**PROVIDED RECORDS**
+ + +

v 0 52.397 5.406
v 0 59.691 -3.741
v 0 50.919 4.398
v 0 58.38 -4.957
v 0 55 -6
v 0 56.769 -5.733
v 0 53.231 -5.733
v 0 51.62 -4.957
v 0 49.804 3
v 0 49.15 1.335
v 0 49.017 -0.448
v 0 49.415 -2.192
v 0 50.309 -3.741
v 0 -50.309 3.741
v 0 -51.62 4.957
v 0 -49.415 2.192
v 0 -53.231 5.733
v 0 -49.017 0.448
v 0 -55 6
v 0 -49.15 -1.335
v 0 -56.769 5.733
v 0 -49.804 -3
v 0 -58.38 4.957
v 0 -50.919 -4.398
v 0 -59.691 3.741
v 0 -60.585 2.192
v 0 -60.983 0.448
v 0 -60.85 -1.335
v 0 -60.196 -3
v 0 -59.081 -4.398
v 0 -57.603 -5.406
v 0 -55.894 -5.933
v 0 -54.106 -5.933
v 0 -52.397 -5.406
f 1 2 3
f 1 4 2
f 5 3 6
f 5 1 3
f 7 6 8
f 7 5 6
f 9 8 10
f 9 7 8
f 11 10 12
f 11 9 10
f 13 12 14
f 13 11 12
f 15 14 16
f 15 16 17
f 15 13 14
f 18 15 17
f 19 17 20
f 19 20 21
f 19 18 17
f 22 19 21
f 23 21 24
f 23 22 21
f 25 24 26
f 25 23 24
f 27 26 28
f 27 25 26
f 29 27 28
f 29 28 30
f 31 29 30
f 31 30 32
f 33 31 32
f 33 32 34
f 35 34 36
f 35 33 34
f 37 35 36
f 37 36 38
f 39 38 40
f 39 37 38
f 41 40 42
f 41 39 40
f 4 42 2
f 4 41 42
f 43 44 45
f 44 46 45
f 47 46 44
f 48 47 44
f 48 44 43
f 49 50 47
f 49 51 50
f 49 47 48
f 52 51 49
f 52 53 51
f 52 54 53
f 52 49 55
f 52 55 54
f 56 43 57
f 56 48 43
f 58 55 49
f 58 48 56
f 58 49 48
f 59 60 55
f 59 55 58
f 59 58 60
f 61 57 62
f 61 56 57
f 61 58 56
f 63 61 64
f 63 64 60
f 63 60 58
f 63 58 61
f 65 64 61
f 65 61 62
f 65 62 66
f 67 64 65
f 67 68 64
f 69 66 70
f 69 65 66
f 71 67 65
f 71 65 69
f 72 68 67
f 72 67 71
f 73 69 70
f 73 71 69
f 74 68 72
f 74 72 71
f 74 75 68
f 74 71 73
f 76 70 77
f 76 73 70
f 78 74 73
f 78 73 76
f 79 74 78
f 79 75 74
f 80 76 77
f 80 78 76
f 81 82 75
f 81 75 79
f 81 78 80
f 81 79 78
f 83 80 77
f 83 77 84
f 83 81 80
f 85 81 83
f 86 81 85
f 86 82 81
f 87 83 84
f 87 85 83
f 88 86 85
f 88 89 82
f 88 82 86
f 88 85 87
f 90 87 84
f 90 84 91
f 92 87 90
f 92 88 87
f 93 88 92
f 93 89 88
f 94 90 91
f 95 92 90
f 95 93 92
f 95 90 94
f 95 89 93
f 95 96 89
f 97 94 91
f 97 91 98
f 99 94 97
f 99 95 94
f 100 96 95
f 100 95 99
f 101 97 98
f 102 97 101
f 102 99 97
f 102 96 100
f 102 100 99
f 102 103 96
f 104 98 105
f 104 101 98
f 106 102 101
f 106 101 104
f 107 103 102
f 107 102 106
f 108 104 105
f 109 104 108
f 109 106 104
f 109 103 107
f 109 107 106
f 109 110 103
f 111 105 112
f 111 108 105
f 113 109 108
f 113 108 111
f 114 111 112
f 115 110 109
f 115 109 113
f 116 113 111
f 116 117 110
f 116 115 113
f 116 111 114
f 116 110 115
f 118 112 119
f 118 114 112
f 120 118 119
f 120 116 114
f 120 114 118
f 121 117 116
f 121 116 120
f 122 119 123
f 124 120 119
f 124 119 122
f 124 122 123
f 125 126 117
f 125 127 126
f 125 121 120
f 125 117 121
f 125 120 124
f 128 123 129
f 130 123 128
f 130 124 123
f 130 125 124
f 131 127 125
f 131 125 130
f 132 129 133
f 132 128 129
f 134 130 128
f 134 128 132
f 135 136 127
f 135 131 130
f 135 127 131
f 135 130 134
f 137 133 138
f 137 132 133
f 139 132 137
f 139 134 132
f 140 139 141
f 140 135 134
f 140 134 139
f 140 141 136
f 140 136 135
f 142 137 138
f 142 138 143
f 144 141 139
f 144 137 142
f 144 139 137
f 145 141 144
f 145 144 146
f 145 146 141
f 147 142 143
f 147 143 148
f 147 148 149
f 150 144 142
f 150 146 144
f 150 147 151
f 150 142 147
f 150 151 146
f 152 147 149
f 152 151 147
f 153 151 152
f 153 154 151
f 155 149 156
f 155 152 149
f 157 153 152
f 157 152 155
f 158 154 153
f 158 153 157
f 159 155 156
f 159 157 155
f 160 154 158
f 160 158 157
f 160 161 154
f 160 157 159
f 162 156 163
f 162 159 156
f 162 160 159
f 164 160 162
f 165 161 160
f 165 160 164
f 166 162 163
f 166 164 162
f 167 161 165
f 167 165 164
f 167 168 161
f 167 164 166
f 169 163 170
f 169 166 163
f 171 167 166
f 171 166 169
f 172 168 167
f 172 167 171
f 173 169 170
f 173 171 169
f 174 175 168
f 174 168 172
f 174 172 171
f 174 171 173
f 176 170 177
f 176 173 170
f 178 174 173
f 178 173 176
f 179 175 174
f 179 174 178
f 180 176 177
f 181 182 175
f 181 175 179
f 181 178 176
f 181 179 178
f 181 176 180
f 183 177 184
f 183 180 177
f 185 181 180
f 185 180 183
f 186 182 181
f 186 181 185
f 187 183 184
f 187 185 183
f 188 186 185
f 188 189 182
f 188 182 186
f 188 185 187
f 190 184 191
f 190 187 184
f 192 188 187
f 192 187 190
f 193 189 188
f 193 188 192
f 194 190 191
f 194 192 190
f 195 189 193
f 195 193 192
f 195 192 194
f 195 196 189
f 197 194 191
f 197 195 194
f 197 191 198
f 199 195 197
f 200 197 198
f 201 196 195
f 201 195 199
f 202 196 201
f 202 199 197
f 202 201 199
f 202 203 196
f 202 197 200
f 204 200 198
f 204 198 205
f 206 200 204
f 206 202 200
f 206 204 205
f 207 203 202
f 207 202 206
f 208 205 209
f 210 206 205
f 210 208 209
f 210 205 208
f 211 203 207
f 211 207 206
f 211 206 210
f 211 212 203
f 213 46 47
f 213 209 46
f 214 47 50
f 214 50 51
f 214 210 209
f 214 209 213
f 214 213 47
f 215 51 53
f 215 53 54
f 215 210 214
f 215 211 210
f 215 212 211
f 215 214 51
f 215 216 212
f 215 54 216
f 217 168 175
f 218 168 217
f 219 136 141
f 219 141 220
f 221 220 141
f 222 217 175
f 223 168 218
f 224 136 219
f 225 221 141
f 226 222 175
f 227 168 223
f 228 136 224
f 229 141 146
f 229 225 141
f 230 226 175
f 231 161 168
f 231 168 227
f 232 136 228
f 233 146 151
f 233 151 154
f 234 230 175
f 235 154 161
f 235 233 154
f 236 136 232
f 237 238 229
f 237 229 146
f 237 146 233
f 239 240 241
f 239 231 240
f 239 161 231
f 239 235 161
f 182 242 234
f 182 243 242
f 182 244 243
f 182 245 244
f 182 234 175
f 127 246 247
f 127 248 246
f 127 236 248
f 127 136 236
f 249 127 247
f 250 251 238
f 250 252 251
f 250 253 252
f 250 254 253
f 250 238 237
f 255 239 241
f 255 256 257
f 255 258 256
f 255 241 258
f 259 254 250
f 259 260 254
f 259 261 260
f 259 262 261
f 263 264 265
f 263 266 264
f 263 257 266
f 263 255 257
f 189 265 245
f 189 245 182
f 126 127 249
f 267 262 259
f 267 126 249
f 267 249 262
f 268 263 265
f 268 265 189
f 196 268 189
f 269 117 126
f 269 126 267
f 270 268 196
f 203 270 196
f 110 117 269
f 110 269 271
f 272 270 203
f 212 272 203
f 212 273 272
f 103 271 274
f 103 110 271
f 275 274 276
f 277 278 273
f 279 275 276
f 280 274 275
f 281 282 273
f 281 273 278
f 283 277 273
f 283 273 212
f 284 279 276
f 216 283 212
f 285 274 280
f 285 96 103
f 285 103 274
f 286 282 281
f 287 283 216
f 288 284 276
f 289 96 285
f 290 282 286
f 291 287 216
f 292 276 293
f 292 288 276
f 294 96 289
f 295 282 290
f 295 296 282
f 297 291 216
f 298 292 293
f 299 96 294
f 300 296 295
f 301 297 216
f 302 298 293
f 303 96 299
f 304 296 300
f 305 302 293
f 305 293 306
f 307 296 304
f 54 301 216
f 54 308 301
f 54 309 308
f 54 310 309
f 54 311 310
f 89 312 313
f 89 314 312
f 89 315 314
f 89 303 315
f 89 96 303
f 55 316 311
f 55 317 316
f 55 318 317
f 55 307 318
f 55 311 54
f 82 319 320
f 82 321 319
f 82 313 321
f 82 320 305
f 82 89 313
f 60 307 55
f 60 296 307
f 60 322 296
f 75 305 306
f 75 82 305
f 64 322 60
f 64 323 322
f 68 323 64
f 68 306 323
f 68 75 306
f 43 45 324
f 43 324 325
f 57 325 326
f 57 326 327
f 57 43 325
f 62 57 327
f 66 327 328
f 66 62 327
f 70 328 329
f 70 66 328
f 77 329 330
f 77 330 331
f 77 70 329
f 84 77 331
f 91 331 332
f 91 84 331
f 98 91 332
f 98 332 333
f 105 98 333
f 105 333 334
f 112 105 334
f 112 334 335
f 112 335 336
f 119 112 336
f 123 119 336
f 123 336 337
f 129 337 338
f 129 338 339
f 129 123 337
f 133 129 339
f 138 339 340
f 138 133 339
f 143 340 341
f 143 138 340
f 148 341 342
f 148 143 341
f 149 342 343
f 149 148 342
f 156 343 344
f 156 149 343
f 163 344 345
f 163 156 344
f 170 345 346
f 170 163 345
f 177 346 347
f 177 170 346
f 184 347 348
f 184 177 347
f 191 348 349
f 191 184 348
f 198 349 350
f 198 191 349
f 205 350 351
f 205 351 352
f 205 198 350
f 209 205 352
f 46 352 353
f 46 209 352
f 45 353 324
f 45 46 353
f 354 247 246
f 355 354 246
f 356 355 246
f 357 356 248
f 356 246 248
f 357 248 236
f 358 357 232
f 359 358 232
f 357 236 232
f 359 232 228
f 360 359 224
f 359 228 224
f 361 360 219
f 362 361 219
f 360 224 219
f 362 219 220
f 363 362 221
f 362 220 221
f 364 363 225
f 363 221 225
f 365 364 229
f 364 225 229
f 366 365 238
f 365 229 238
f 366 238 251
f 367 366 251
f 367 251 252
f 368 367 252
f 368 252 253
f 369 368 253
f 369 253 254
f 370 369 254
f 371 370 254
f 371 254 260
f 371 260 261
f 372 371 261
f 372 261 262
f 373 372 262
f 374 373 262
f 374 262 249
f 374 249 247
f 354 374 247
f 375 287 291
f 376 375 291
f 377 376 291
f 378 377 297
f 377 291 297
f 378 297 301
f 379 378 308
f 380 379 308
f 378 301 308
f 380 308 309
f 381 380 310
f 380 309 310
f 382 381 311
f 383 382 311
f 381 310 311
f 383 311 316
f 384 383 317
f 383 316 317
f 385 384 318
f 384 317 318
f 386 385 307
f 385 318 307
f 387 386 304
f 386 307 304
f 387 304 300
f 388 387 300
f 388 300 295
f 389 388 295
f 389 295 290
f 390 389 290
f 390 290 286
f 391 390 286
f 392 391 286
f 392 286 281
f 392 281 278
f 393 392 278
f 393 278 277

+ + +

Output exactly the lines of the material above from the one containing "f 250 254 253" up to and including the one containing "f 184 347 348".

**TASK RESPONSE**
f 250 254 253
f 250 238 237
f 255 239 241
f 255 256 257
f 255 258 256
f 255 241 258
f 259 254 250
f 259 260 254
f 259 261 260
f 259 262 261
f 263 264 265
f 263 266 264
f 263 257 266
f 263 255 257
f 189 265 245
f 189 245 182
f 126 127 249
f 267 262 259
f 267 126 249
f 267 249 262
f 268 263 265
f 268 265 189
f 196 268 189
f 269 117 126
f 269 126 267
f 270 268 196
f 203 270 196
f 110 117 269
f 110 269 271
f 272 270 203
f 212 272 203
f 212 273 272
f 103 271 274
f 103 110 271
f 275 274 276
f 277 278 273
f 279 275 276
f 280 274 275
f 281 282 273
f 281 273 278
f 283 277 273
f 283 273 212
f 284 279 276
f 216 283 212
f 285 274 280
f 285 96 103
f 285 103 274
f 286 282 281
f 287 283 216
f 288 284 276
f 289 96 285
f 290 282 286
f 291 287 216
f 292 276 293
f 292 288 276
f 294 96 289
f 295 282 290
f 295 296 282
f 297 291 216
f 298 292 293
f 299 96 294
f 300 296 295
f 301 297 216
f 302 298 293
f 303 96 299
f 304 296 300
f 305 302 293
f 305 293 306
f 307 296 304
f 54 301 216
f 54 308 301
f 54 309 308
f 54 310 309
f 54 311 310
f 89 312 313
f 89 314 312
f 89 315 314
f 89 303 315
f 89 96 303
f 55 316 311
f 55 317 316
f 55 318 317
f 55 307 318
f 55 311 54
f 82 319 320
f 82 321 319
f 82 313 321
f 82 320 305
f 82 89 313
f 60 307 55
f 60 296 307
f 60 322 296
f 75 305 306
f 75 82 305
f 64 322 60
f 64 323 322
f 68 323 64
f 68 306 323
f 68 75 306
f 43 45 324
f 43 324 325
f 57 325 326
f 57 326 327
f 57 43 325
f 62 57 327
f 66 327 328
f 66 62 327
f 70 328 329
f 70 66 328
f 77 329 330
f 77 330 331
f 77 70 329
f 84 77 331
f 91 331 332
f 91 84 331
f 98 91 332
f 98 332 333
f 105 98 333
f 105 333 334
f 112 105 334
f 112 334 335
f 112 335 336
f 119 112 336
f 123 119 336
f 123 336 337
f 129 337 338
f 129 338 339
f 129 123 337
f 133 129 339
f 138 339 340
f 138 133 339
f 143 340 341
f 143 138 340
f 148 341 342
f 148 143 341
f 149 342 343
f 149 148 342
f 156 343 344
f 156 149 343
f 163 344 345
f 163 156 344
f 170 345 346
f 170 163 345
f 177 346 347
f 177 170 346
f 184 347 348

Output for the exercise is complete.